(Collected data entries)
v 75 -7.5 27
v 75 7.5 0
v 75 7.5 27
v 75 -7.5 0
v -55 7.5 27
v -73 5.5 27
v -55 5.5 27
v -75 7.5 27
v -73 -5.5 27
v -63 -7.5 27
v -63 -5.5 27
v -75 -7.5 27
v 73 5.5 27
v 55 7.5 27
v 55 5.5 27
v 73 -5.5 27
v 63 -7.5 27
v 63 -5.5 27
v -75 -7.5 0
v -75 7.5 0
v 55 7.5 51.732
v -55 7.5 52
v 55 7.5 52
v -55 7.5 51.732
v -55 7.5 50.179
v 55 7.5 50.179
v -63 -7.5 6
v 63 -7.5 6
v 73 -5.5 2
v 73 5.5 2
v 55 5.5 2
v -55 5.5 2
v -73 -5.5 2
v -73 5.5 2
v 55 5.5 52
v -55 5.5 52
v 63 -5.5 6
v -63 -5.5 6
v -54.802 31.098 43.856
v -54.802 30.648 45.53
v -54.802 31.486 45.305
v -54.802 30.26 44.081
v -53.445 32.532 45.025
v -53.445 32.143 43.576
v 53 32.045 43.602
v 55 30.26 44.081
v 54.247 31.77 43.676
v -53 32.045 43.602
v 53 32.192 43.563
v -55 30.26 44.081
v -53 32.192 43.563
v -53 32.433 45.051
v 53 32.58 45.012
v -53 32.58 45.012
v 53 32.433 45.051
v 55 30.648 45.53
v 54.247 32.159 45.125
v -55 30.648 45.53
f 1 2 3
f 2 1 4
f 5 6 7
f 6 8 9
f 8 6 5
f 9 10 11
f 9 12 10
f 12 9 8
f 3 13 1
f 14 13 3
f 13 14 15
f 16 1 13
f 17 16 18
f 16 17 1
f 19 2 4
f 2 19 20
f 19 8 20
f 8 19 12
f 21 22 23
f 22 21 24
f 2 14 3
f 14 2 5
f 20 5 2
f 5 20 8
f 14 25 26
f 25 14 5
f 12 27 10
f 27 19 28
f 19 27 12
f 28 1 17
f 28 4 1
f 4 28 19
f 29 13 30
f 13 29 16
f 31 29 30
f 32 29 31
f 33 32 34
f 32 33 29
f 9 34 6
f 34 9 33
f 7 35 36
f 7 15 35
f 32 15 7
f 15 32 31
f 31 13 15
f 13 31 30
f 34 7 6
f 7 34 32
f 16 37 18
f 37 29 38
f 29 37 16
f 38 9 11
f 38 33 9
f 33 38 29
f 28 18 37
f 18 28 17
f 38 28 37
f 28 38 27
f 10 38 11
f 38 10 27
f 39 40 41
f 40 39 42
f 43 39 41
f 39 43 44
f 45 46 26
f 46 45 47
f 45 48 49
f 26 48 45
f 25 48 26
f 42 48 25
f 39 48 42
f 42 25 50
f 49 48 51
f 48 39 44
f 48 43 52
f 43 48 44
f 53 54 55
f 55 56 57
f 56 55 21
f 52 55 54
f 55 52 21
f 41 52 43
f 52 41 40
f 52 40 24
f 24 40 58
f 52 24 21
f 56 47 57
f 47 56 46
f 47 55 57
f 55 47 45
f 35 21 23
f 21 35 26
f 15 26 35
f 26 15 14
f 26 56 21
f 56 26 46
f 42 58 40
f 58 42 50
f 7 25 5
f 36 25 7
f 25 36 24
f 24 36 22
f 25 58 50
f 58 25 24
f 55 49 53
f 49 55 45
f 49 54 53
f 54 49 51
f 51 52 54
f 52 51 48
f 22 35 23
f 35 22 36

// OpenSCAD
// CD Slot Smartphone holder

Smartphone_length = 146;
Smartphone_depth = 11;
Smartphone_frame_left_right = 10;
Smartphone_frame_bottom = 4;
Smartphone_height_button = 25;
CD_slot_angle = 15;
CD_slot_height= 52;
CD_slot_depth = 25;

union() {
    difference() {
        translate([-(Smartphone_length+4)/2,-(Smartphone_depth+4)/2,0]) {
            cube([Smartphone_length+4,Smartphone_depth+4,Smartphone_height_button+2]);
        }
        translate([-Smartphone_length/2,-Smartphone_depth/2,2]) {
            cube([Smartphone_length,Smartphone_depth,Smartphone_height_button+2]);
        }
        translate([-(Smartphone_length-2*Smartphone_frame_left_right)/2,-10,Smartphone_frame_bottom+2]) {
            cube([Smartphone_length-2*Smartphone_frame_left_right,10,Smartphone_height_button]);
        }
    }

    translate([-110/2,(Smartphone_depth)/2,0]) {
        cube([110,2,CD_slot_height]);
    }

    translate([-110/2,(Smartphone_depth+2)/2,CD_slot_height]) {
        rotate([-90-CD_slot_angle,0,0]) {
            union() {
                translate([2,0,CD_slot_depth]) {
                    rotate([-90,0,0]) {
                        cylinder(1.5,2,2);
                    }
                }
                translate([110-2,0,CD_slot_depth]) {
                    rotate([-90,0,0]) {
                        cylinder(1.5,2,2);
                    }
                }
                cube([110,1.5,CD_slot_depth]);
                translate([2,0,CD_slot_depth]) {
                    cube([110-4,1.5,2]);
                }
            }
        }
    }
}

— What this task involves —
Restate every record verbatim.

— Exercise answer —
v 75 -7.5 27
v 75 7.5 0
v 75 7.5 27
v 75 -7.5 0
v -55 7.5 27
v -73 5.5 27
v -55 5.5 27
v -75 7.5 27
v -73 -5.5 27
v -63 -7.5 27
v -63 -5.5 27
v -75 -7.5 27
v 73 5.5 27
v 55 7.5 27
v 55 5.5 27
v 73 -5.5 27
v 63 -7.5 27
v 63 -5.5 27
v -75 -7.5 0
v -75 7.5 0
v 55 7.5 51.732
v -55 7.5 52
v 55 7.5 52
v -55 7.5 51.732
v -55 7.5 50.179
v 55 7.5 50.179
v -63 -7.5 6
v 63 -7.5 6
v 73 -5.5 2
v 73 5.5 2
v 55 5.5 2
v -55 5.5 2
v -73 -5.5 2
v -73 5.5 2
v 55 5.5 52
v -55 5.5 52
v 63 -5.5 6
v -63 -5.5 6
v -54.802 31.098 43.856
v -54.802 30.648 45.53
v -54.802 31.486 45.305
v -54.802 30.26 44.081
v -53.445 32.532 45.025
v -53.445 32.143 43.576
v 53 32.045 43.602
v 55 30.26 44.081
v 54.247 31.77 43.676
v -53 32.045 43.602
v 53 32.192 43.563
v -55 30.26 44.081
v -53 32.192 43.563
v -53 32.433 45.051
v 53 32.58 45.012
v -53 32.58 45.012
v 53 32.433 45.051
v 55 30.648 45.53
v 54.247 32.159 45.125
v -55 30.648 45.53
f 1 2 3
f 2 1 4
f 5 6 7
f 6 8 9
f 8 6 5
f 9 10 11
f 9 12 10
f 12 9 8
f 3 13 1
f 14 13 3
f 13 14 15
f 16 1 13
f 17 16 18
f 16 17 1
f 19 2 4
f 2 19 20
f 19 8 20
f 8 19 12
f 21 22 23
f 22 21 24
f 2 14 3
f 14 2 5
f 20 5 2
f 5 20 8
f 14 25 26
f 25 14 5
f 12 27 10
f 27 19 28
f 19 27 12
f 28 1 17
f 28 4 1
f 4 28 19
f 29 13 30
f 13 29 16
f 31 29 30
f 32 29 31
f 33 32 34
f 32 33 29
f 9 34 6
f 34 9 33
f 7 35 36
f 7 15 35
f 32 15 7
f 15 32 31
f 31 13 15
f 13 31 30
f 34 7 6
f 7 34 32
f 16 37 18
f 37 29 38
f 29 37 16
f 38 9 11
f 38 33 9
f 33 38 29
f 28 18 37
f 18 28 17
f 38 28 37
f 28 38 27
f 10 38 11
f 38 10 27
f 39 40 41
f 40 39 42
f 43 39 41
f 39 43 44
f 45 46 26
f 46 45 47
f 45 48 49
f 26 48 45
f 25 48 26
f 42 48 25
f 39 48 42
f 42 25 50
f 49 48 51
f 48 39 44
f 48 43 52
f 43 48 44
f 53 54 55
f 55 56 57
f 56 55 21
f 52 55 54
f 55 52 21
f 41 52 43
f 52 41 40
f 52 40 24
f 24 40 58
f 52 24 21
f 56 47 57
f 47 56 46
f 47 55 57
f 55 47 45
f 35 21 23
f 21 35 26
f 15 26 35
f 26 15 14
f 26 56 21
f 56 26 46
f 42 58 40
f 58 42 50
f 7 25 5
f 36 25 7
f 25 36 24
f 24 36 22
f 25 58 50
f 58 25 24
f 55 49 53
f 49 55 45
f 49 54 53
f 54 49 51
f 51 52 54
f 52 51 48
f 22 35 23
f 35 22 36

// OpenSCAD
// CD Slot Smartphone holder

Smartphone_length = 146;
Smartphone_depth = 11;
Smartphone_frame_left_right = 10;
Smartphone_frame_bottom = 4;
Smartphone_height_button = 25;
CD_slot_angle = 15;
CD_slot_height= 52;
CD_slot_depth = 25;

union() {
    difference() {
        translate([-(Smartphone_length+4)/2,-(Smartphone_depth+4)/2,0]) {
            cube([Smartphone_length+4,Smartphone_depth+4,Smartphone_height_button+2]);
        }
        translate([-Smartphone_length/2,-Smartphone_depth/2,2]) {
            cube([Smartphone_length,Smartphone_depth,Smartphone_height_button+2]);
        }
        translate([-(Smartphone_length-2*Smartphone_frame_left_right)/2,-10,Smartphone_frame_bottom+2]) {
            cube([Smartphone_length-2*Smartphone_frame_left_right,10,Smartphone_height_button]);
        }
    }

    translate([-110/2,(Smartphone_depth)/2,0]) {
        cube([110,2,CD_slot_height]);
    }

    translate([-110/2,(Smartphone_depth+2)/2,CD_slot_height]) {
        rotate([-90-CD_slot_angle,0,0]) {
            union() {
                translate([2,0,CD_slot_depth]) {
                    rotate([-90,0,0]) {
                        cylinder(1.5,2,2);
                    }
                }
                translate([110-2,0,CD_slot_depth]) {
                    rotate([-90,0,0]) {
                        cylinder(1.5,2,2);
                    }
                }
                cube([110,1.5,CD_slot_depth]);
                translate([2,0,CD_slot_depth]) {
                    cube([110-4,1.5,2]);
                }
            }
        }
    }
}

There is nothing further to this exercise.